Data extract:
-- Opening Marker --
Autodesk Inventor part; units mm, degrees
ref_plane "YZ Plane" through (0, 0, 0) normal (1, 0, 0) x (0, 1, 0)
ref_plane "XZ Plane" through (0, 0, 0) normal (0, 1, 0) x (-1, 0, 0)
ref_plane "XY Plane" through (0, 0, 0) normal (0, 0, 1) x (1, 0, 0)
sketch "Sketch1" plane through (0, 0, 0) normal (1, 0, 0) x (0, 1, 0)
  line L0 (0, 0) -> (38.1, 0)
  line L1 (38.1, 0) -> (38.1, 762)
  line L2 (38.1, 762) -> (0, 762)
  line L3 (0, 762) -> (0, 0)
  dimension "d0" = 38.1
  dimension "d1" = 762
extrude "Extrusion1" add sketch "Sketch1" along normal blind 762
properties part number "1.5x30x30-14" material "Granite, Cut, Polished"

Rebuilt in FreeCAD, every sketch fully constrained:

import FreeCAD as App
import Part
import Sketcher

V = App.Vector
Q = App.Units.Quantity

doc = App.newDocument("Part")
params = doc.addObject("Spreadsheet::Sheet", "Params")
for row, (alias, value) in enumerate([
    ("sketch1_height", "30 in"),
    ("sketch1_width", "1.5 in"),
    ("pad1_length", "30 in"),
], start=1):
    params.set(f"A{row}", alias)
    params.set(f"B{row}", "=" + value)
    params.setAlias(f"B{row}", alias)

body = doc.addObject("PartDesign::Body", "Body")

# Sketch on YZ plane
sketch1 = body.newObject("Sketcher::SketchObject", "Sketch")
sketch1.AttachmentSupport = (doc.getObject("YZ_Plane"), [""])
sketch1.MapMode = "FlatFace"
sketch1.addGeometry(Part.LineSegment(V(0, 762, 0), V(0, 0, 0)), False)
sketch1.addGeometry(Part.LineSegment(V(0, 0, 0), V(38, 0, 0)), False)
sketch1.addGeometry(Part.LineSegment(V(38, 0, 0), V(38, 762, 0)), False)
sketch1.addGeometry(Part.LineSegment(V(38, 762, 0), V(0, 762, 0)), False)
sketch1.addConstraint(Sketcher.Constraint("Coincident", 0, 2, 1, 1))
sketch1.addConstraint(Sketcher.Constraint("Coincident", 1, 2, 2, 1))
sketch1.addConstraint(Sketcher.Constraint("Coincident", 2, 2, 3, 1))
sketch1.addConstraint(Sketcher.Constraint("Coincident", 3, 2, 0, 1))
sketch1.addConstraint(Sketcher.Constraint("Vertical", 0))
sketch1.addConstraint(Sketcher.Constraint("Horizontal", 1))
sketch1.addConstraint(Sketcher.Constraint("Vertical", 2))
sketch1.addConstraint(Sketcher.Constraint("Horizontal", 3))
sketch1.addConstraint(Sketcher.Constraint("Coincident", 0, 2, -1, 1))
sketch1.addConstraint(Sketcher.Constraint("DistanceY", 0, 2, 0, 1, Q("30 in")))
sketch1.addConstraint(Sketcher.Constraint("DistanceX", 1, 1, 1, 2, Q("1.5 in")))
sketch1.setExpression("Constraints[9]", "Params.sketch1_height")
sketch1.setExpression("Constraints[10]", "Params.sketch1_width")
pad1 = body.newObject("PartDesign::Pad", "Pad")
pad1.Profile = sketch1
pad1.setExpression("Length", "Params.pad1_length")

doc.recompute()
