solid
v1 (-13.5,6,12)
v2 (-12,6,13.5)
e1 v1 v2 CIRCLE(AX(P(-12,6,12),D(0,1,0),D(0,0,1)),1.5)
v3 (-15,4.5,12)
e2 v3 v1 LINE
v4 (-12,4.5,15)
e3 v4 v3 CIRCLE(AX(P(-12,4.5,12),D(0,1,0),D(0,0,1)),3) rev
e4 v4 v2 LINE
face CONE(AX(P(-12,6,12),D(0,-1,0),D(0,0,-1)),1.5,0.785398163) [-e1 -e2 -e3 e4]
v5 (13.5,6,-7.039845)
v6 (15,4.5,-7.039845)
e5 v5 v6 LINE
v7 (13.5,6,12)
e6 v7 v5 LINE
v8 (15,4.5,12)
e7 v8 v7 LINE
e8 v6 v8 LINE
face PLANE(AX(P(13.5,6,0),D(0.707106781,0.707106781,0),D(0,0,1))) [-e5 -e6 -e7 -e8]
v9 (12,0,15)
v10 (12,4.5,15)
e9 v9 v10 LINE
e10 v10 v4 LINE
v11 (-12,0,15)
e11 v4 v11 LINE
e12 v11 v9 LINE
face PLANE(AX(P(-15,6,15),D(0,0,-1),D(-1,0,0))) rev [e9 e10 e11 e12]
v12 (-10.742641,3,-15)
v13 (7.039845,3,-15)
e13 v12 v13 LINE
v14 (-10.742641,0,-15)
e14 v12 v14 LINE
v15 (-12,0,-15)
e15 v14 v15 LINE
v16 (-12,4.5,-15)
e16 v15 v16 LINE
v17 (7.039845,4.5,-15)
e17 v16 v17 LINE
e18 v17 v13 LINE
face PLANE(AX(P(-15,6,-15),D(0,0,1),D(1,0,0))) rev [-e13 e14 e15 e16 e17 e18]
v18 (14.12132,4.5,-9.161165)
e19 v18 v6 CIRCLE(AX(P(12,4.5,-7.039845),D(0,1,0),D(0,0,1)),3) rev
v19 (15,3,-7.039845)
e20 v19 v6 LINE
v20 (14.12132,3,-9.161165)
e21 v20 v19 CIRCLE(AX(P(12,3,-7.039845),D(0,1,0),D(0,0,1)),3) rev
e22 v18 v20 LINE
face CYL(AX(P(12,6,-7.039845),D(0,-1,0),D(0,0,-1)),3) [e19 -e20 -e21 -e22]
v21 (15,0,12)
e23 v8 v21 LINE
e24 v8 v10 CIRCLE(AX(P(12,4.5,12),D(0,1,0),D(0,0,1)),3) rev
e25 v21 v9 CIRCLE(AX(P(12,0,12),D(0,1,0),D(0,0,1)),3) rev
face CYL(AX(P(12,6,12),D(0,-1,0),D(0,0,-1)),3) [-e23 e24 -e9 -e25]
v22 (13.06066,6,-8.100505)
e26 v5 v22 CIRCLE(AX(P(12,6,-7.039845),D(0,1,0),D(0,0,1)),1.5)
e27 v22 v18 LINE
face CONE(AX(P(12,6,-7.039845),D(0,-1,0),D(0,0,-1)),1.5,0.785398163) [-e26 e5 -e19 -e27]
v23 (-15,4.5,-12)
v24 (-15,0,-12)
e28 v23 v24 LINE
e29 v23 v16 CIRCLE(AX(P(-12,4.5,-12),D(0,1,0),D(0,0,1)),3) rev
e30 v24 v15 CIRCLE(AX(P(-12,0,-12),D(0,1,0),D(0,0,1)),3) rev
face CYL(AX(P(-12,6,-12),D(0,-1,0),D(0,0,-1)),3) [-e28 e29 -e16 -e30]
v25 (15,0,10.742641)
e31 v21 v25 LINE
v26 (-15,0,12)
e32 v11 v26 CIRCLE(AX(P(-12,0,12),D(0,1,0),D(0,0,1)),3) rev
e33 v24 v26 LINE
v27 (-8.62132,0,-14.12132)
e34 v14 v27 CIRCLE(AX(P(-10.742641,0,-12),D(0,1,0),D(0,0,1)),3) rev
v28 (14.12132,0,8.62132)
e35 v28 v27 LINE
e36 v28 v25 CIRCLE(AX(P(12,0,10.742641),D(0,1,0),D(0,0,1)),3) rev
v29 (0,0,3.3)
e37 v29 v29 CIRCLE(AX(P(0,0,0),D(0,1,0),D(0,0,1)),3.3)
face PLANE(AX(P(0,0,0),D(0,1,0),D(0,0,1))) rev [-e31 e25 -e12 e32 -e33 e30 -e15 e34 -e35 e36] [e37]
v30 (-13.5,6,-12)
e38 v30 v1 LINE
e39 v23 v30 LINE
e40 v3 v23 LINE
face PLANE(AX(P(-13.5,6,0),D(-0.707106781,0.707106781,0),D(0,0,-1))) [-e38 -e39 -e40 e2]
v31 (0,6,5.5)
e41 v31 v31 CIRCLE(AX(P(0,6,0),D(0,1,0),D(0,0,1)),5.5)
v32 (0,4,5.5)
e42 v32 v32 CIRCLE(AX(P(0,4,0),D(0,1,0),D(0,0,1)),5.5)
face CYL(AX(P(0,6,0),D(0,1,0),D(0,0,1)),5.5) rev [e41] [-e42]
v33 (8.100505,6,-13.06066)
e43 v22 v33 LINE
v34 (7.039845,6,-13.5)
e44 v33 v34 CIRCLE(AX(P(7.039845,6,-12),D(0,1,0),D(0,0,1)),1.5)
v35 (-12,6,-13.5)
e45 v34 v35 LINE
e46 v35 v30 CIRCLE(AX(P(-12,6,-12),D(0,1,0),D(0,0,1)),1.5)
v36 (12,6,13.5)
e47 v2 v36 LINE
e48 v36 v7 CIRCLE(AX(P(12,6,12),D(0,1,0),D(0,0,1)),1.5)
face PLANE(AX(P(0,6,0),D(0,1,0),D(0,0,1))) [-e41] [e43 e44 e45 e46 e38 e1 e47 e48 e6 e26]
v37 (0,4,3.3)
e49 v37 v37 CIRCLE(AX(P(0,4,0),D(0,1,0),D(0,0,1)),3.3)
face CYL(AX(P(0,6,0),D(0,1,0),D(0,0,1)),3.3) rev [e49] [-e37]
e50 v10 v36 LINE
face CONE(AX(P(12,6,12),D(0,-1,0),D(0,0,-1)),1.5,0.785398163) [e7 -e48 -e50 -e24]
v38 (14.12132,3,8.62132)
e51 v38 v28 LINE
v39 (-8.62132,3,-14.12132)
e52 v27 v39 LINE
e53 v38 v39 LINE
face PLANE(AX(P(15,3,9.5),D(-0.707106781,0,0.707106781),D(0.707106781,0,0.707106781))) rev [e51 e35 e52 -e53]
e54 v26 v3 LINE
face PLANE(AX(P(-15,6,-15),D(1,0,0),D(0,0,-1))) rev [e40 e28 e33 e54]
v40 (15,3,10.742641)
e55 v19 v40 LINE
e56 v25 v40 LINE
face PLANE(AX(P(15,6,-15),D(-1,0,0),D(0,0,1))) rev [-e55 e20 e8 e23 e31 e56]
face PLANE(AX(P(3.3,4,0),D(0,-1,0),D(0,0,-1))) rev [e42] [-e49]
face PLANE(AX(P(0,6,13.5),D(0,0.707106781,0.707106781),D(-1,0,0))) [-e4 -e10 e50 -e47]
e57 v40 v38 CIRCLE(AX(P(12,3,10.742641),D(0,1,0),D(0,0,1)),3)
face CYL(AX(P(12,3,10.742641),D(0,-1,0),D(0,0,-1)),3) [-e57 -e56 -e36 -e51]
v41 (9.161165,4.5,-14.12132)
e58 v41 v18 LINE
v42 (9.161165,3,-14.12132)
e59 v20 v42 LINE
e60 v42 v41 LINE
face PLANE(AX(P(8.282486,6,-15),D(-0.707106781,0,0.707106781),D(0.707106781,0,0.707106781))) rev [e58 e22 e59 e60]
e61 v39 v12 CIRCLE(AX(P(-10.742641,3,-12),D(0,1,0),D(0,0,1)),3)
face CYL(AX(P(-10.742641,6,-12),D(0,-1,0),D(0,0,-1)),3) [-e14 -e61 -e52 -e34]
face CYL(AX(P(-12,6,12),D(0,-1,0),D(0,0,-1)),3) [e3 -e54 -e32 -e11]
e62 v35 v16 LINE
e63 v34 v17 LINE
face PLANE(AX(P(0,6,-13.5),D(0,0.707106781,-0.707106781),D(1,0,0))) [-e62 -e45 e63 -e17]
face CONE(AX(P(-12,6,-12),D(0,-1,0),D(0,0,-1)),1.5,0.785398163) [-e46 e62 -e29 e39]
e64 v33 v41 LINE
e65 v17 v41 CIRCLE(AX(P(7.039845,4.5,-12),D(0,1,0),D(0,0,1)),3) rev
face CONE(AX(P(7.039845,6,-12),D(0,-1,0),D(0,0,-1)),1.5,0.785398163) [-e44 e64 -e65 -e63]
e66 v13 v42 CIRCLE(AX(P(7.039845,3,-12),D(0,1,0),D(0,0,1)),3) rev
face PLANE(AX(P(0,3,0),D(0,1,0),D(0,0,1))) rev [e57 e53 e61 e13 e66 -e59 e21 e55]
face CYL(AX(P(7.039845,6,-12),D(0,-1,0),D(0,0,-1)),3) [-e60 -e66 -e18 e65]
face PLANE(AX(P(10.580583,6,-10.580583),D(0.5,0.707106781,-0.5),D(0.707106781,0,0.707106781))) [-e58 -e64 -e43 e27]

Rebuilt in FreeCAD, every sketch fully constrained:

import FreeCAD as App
import Part
import Sketcher

V = App.Vector


def edges_at(feature, points):
    """Names of the edges that pass closest to the given points."""
    edges = feature.Shape.Edges
    near = lambda p: min(range(len(edges)), key=lambda i: edges[i].distToShape(Part.Vertex(*p))[0])
    return sorted({f"Edge{near(p) + 1}" for p in points})

doc = App.newDocument("Part")
body = doc.addObject("PartDesign::Body", "Body")

sketch1 = body.newObject("Sketcher::SketchObject", "Sketch")
sketch1.AttachmentSupport = (doc.getObject("XZ_Plane"), [""])
sketch1.MapMode = "FlatFace"
sketch1.addGeometry(Part.LineSegment(V(-15, -15, 0), V(-15, 15, 0)), False)
sketch1.addGeometry(Part.LineSegment(V(-15, 15, 0), V(15, 15, 0)), False)
sketch1.addGeometry(Part.LineSegment(V(15, 15, 0), V(15, -15, 0)), False)
sketch1.addGeometry(Part.LineSegment(V(15, -15, 0), V(-15, -15, 0)), False)
sketch1.addConstraint(Sketcher.Constraint("Coincident", 0, 2, 1, 1))
sketch1.addConstraint(Sketcher.Constraint("Coincident", 1, 2, 2, 1))
sketch1.addConstraint(Sketcher.Constraint("Coincident", 2, 2, 3, 1))
sketch1.addConstraint(Sketcher.Constraint("Coincident", 3, 2, 0, 1))
sketch1.addConstraint(Sketcher.Constraint("Vertical", 0))
sketch1.addConstraint(Sketcher.Constraint("Horizontal", 1))
sketch1.addConstraint(Sketcher.Constraint("Vertical", 2))
sketch1.addConstraint(Sketcher.Constraint("Horizontal", 3))
sketch1.addConstraint(Sketcher.Constraint("Symmetric", 0, 2, 2, 2, -1, 1))
sketch1.addConstraint(Sketcher.Constraint("Equal", 3, 0))
sketch1.addConstraint(Sketcher.Constraint("DistanceX", 1, 1, 1, 2, 30.0))
pad1 = body.newObject("PartDesign::Pad", "Pad")
pad1.Profile = sketch1
pad1.Length = 6
pad1.Reversed = True

sketch2 = body.newObject("Sketcher::SketchObject", "Sketch001")
sketch2.AttachmentSupport = (doc.getObject("XZ_Plane"), [""])
sketch2.MapMode = "FlatFace"
sketch2.addGeometry(Part.LineSegment(V(15, 9.5, 0), V(-9.5, -15, 0)), False)
sketch2.addGeometry(Part.LineSegment(V(-9.5, -15, 0), V(15, -15, 0)), False)
sketch2.addGeometry(Part.LineSegment(V(15, -15, 0), V(15, 9.5, 0)), False)
sketch2.addConstraint(Sketcher.Constraint("Coincident", 0, 2, 1, 1))
sketch2.addConstraint(Sketcher.Constraint("Coincident", 1, 2, 2, 1))
sketch2.addConstraint(Sketcher.Constraint("Coincident", 2, 2, 0, 1))
sketch2.addConstraint(Sketcher.Constraint("Horizontal", 1))
sketch2.addConstraint(Sketcher.Constraint("Vertical", 2))
sketch2.addConstraint(Sketcher.Constraint("Equal", 1, 2))
sketch2.addConstraint(Sketcher.Constraint("DistanceX", 1, 1, 1, 2, 24.5))
sketch2.addConstraint(Sketcher.Constraint("DistanceY", 0, 2, -1, 1, 15.0))
sketch2.addConstraint(Sketcher.Constraint("DistanceX", -1, 1, 1, 2, 15.0))
pocket1 = body.newObject("PartDesign::Pocket", "Pocket")
pocket1.Profile = sketch2
pocket1.Length = 3

sketch3 = body.newObject("Sketcher::SketchObject", "Sketch002")
sketch3.AttachmentSupport = (doc.getObject("XZ_Plane"), [""])
sketch3.MapMode = "FlatFace"
sketch3.AttachmentOffset = App.Placement(V(0, 0, -3), App.Rotation())
sketch3.addGeometry(Part.LineSegment(V(15, -15, 0), V(15, -8.282486, 0)), False)
sketch3.addGeometry(Part.LineSegment(V(15, -8.282486, 0), V(8.282486, -15, 0)), False)
sketch3.addGeometry(Part.LineSegment(V(8.282486, -15, 0), V(15, -15, 0)), False)
sketch3.addConstraint(Sketcher.Constraint("Coincident", 0, 2, 1, 1))
sketch3.addConstraint(Sketcher.Constraint("Coincident", 1, 2, 2, 1))
sketch3.addConstraint(Sketcher.Constraint("Coincident", 2, 2, 0, 1))
sketch3.addConstraint(Sketcher.Constraint("Vertical", 0))
sketch3.addConstraint(Sketcher.Constraint("Horizontal", 2))
sketch3.addConstraint(Sketcher.Constraint("Equal", 2, 0))
sketch3.addConstraint(Sketcher.Constraint("DistanceX", -1, 1, 0, 2, 15.0))
sketch3.addConstraint(Sketcher.Constraint("DistanceY", 1, 2, -1, 1, 15.0))
sketch3.addConstraint(Sketcher.Constraint("Distance", 1, 9.5))
pocket2 = body.newObject("PartDesign::Pocket", "Pocket001")
pocket2.Profile = sketch3
pocket2.Type = "ThroughAll"
doc.recompute()

fillet = body.newObject("PartDesign::Fillet", "Fillet")
fillet.Base = (pocket2, edges_at(pocket2, [
    (15, 1.5, 9.5),
    (-9.5, 1.5, -15),
    (8.282, 4.5, -15),
    (15, 4.5, -8.282),
    (15, 3, 15),
    (-15, 3, 15),
    (-15, 3, -15),
]))
fillet.Radius = 3
doc.recompute()

chamfer = body.newObject("PartDesign::Chamfer", "Chamfer")
chamfer.Base = (fillet, edges_at(fillet, [
    (15, 6, 2.48),
    (-2.48, 6, -15),
    (0, 6, 15),
    (-15, 6, 0),
    (11.641, 6, -11.641),
    (14.121, 6, 14.121),
    (14.772, 6, -8.188),
    (8.188, 6, -14.772),
    (-14.121, 6, -14.121),
    (-14.121, 6, 14.121),
]))
chamfer.Size = 1.5

sketch4 = body.newObject("Sketcher::SketchObject", "Sketch003")
sketch4.AttachmentSupport = (doc.getObject("XZ_Plane"), [""])
sketch4.MapMode = "FlatFace"
sketch4.AttachmentOffset = App.Placement(V(0, 0, -6), App.Rotation())
sketch4.addGeometry(Part.Circle(V(0, 0, 0), V(0, 0, 1), 3.3), False)
sketch4.addConstraint(Sketcher.Constraint("Coincident", 0, 3, -1, 1))
sketch4.addConstraint(Sketcher.Constraint("Diameter", 0, 6.6))
doc.recompute()
hole = body.newObject("PartDesign::Hole", "Hole")
hole.Profile = sketch4
hole.ThreadType = "None"
hole.Diameter = 6.6
hole.DepthType = "ThroughAll"
hole.HoleCutType = "Counterbore"
hole.HoleCutDiameter = 11
hole.HoleCutDepth = 2
hole.Reversed = True

doc.recompute()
-- Closing Marker --
Task requirements: Look above for the line with "v27 (-8.62132,0,-14.12132)" and the line with "-e39 -e40 e2]". Retype those two lines and every line between them exactly, adding nothing.

Result below:
v27 (-8.62132,0,-14.12132)
e34 v14 v27 CIRCLE(AX(P(-10.742641,0,-12),D(0,1,0),D(0,0,1)),3) rev
v28 (14.12132,0,8.62132)
e35 v28 v27 LINE
e36 v28 v25 CIRCLE(AX(P(12,0,10.742641),D(0,1,0),D(0,0,1)),3) rev
v29 (0,0,3.3)
e37 v29 v29 CIRCLE(AX(P(0,0,0),D(0,1,0),D(0,0,1)),3.3)
face PLANE(AX(P(0,0,0),D(0,1,0),D(0,0,1))) rev [-e31 e25 -e12 e32 -e33 e30 -e15 e34 -e35 e36] [e37]
v30 (-13.5,6,-12)
e38 v30 v1 LINE
e39 v23 v30 LINE
e40 v3 v23 LINE
face PLANE(AX(P(-13.5,6,0),D(-0.707106781,0.707106781,0),D(0,0,-1))) [-e38 -e39 -e40 e2]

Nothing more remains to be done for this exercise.